Since no mutual stipulations under 41(a)ii are to be found, it's a good bet
 the unilateral 41(a)1 is being used by the plaintiffs.

So?  Why do you think it significant that no stipulation was filed?  If the
prerequisites of 41(a)(1)(A)(i) were met, why would they not use that
section, and make the simpler, smaller, filing?


Except for *self-serving* statements issued by SFLC we can only guess as to
what the motives were for dismissals under 41(a)(1)(A)(i).

It is most plausible that the defendants simply said to the SFLC, "Dismiss or we
will file a Rule 12 Motion to Dismiss" and collect our attorney fees and costs.
Even an incompetent defense attorney would know that the SFLC pleadings are
defective on their face due to lack of Copyright Office registration of the
allegedly infringed works. The lack of a public settlement stipulation by both parties reinforces this scenario.

The SFLC will NEVER, NEVER, NEVER allow a Federal Court to review the GPL
license on the merits.
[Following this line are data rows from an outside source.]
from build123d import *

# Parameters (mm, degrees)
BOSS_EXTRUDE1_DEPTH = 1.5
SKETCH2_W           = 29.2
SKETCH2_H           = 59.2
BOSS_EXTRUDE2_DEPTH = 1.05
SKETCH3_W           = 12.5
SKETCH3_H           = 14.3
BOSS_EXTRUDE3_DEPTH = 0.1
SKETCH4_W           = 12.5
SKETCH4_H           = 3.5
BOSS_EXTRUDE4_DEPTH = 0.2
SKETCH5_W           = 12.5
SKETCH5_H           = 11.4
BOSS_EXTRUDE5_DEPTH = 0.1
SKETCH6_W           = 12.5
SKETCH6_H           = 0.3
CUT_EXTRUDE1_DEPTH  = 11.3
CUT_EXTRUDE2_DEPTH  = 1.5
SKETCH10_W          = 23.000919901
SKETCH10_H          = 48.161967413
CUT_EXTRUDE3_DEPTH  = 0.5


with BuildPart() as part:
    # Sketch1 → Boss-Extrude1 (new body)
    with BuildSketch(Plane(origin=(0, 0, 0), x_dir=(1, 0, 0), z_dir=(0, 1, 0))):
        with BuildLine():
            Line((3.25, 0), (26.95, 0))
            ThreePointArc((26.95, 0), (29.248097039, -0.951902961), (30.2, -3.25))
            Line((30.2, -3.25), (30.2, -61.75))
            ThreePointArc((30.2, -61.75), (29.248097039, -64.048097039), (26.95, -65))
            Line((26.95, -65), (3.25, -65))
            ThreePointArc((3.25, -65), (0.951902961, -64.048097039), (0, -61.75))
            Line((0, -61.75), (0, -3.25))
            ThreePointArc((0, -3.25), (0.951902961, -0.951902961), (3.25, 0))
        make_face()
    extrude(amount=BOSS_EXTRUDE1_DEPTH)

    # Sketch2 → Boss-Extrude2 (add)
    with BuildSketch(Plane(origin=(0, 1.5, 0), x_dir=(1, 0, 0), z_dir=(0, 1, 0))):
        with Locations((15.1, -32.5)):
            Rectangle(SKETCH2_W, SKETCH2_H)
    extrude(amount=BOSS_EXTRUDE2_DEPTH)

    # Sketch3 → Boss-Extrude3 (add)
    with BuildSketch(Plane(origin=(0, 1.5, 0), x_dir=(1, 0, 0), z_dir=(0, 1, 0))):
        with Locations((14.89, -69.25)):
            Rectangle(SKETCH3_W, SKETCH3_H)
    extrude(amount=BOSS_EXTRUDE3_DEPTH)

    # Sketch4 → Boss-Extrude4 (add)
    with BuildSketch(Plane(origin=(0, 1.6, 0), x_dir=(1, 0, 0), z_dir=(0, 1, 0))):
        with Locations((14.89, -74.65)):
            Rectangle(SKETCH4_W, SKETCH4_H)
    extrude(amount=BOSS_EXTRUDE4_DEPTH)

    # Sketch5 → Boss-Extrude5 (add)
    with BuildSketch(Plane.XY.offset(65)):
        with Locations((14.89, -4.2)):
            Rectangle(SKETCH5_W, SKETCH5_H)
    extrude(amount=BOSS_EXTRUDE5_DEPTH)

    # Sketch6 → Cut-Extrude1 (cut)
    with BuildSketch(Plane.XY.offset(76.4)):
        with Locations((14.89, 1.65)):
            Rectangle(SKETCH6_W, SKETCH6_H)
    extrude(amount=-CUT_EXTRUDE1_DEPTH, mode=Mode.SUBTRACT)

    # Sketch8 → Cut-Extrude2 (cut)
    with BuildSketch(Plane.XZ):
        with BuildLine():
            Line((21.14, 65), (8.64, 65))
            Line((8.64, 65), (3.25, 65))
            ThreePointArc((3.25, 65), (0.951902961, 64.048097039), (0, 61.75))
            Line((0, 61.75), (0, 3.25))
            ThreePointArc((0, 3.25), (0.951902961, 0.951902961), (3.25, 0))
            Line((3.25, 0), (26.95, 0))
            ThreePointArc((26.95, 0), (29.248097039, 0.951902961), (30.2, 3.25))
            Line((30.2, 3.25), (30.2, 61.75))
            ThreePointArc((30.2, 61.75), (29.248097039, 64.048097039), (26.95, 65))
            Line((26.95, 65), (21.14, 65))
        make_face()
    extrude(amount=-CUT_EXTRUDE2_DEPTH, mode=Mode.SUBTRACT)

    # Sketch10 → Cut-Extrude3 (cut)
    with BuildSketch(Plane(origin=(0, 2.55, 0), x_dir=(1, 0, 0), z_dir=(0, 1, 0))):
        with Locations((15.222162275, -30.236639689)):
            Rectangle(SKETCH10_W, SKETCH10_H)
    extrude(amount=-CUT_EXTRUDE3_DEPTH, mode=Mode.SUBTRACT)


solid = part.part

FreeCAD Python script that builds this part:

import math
import FreeCAD as App
import Part
import Sketcher


def add_polygon(sketch, points):
    """Adds a closed chain of lines whose ends are joined by coincident constraints."""
    first, n = sketch.GeometryCount, len(points)
    for a, b in zip(points, points[1:] + points[:1]):
        sketch.addGeometry(Part.LineSegment(App.Vector(*a, 0), App.Vector(*b, 0)), False)
    for i in range(n):
        sketch.addConstraint(Sketcher.Constraint("Coincident", first + i, 2, first + (i + 1) % n, 1))

doc = App.newDocument("Part")
body = doc.addObject("PartDesign::Body", "Body")

# Sketch on XZ plane
sketch1 = body.newObject("Sketcher::SketchObject", "Sketch")
sketch1.AttachmentSupport = (doc.getObject("XZ_Plane"), [""])
sketch1.MapMode = "FlatFace"
sketch1.addGeometry(Part.LineSegment(App.Vector(26.9, 0, 0), App.Vector(3.2, 0, 0)), False)
sketch1.addGeometry(Part.ArcOfCircle(Part.Circle(App.Vector(3.2, 3.2, 0), App.Vector(0, 0, 1), 3.2), math.radians(180), math.radians(270)), False)
sketch1.addGeometry(Part.LineSegment(App.Vector(0, 3.2, 0), App.Vector(0, 61.8, 0)), False)
sketch1.addGeometry(Part.ArcOfCircle(Part.Circle(App.Vector(3.2, 61.8, 0), App.Vector(0, 0, 1), 3.2), math.radians(90), math.radians(180)), False)
sketch1.addGeometry(Part.LineSegment(App.Vector(3.2, 65, 0), App.Vector(26.9, 65, 0)), False)
sketch1.addGeometry(Part.ArcOfCircle(Part.Circle(App.Vector(26.9, 61.8, 0), App.Vector(0, 0, 1), 3.2), math.radians(0), math.radians(90)), False)
sketch1.addGeometry(Part.LineSegment(App.Vector(30.2, 61.8, 0), App.Vector(30.2, 3.2, 0)), False)
sketch1.addGeometry(Part.ArcOfCircle(Part.Circle(App.Vector(26.9, 3.2, 0), App.Vector(0, 0, 1), 3.2), math.radians(-90), math.radians(0)), False)
sketch1.addConstraint(Sketcher.Constraint("Tangent", 0, 2, 1, 2))
sketch1.addConstraint(Sketcher.Constraint("Tangent", 1, 1, 2, 1))
sketch1.addConstraint(Sketcher.Constraint("Tangent", 2, 2, 3, 2))
sketch1.addConstraint(Sketcher.Constraint("Tangent", 3, 1, 4, 1))
sketch1.addConstraint(Sketcher.Constraint("Tangent", 4, 2, 5, 2))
They'll dismiss WITH PREJUDICE before allowing a
meaningful court review to occur.

Sincerely,
Rjack :)

 -- It [The Copyright Act] provides that "no action for infringement of the
copyright in any United States work shall be instituted until preregistration or
registration of the copyright claim has been made in accordance with this
title." . . .  Whether this requirement is jurisdictional is not up for debate
in this Circuit. On two recent occasions, we have squarely held that it is."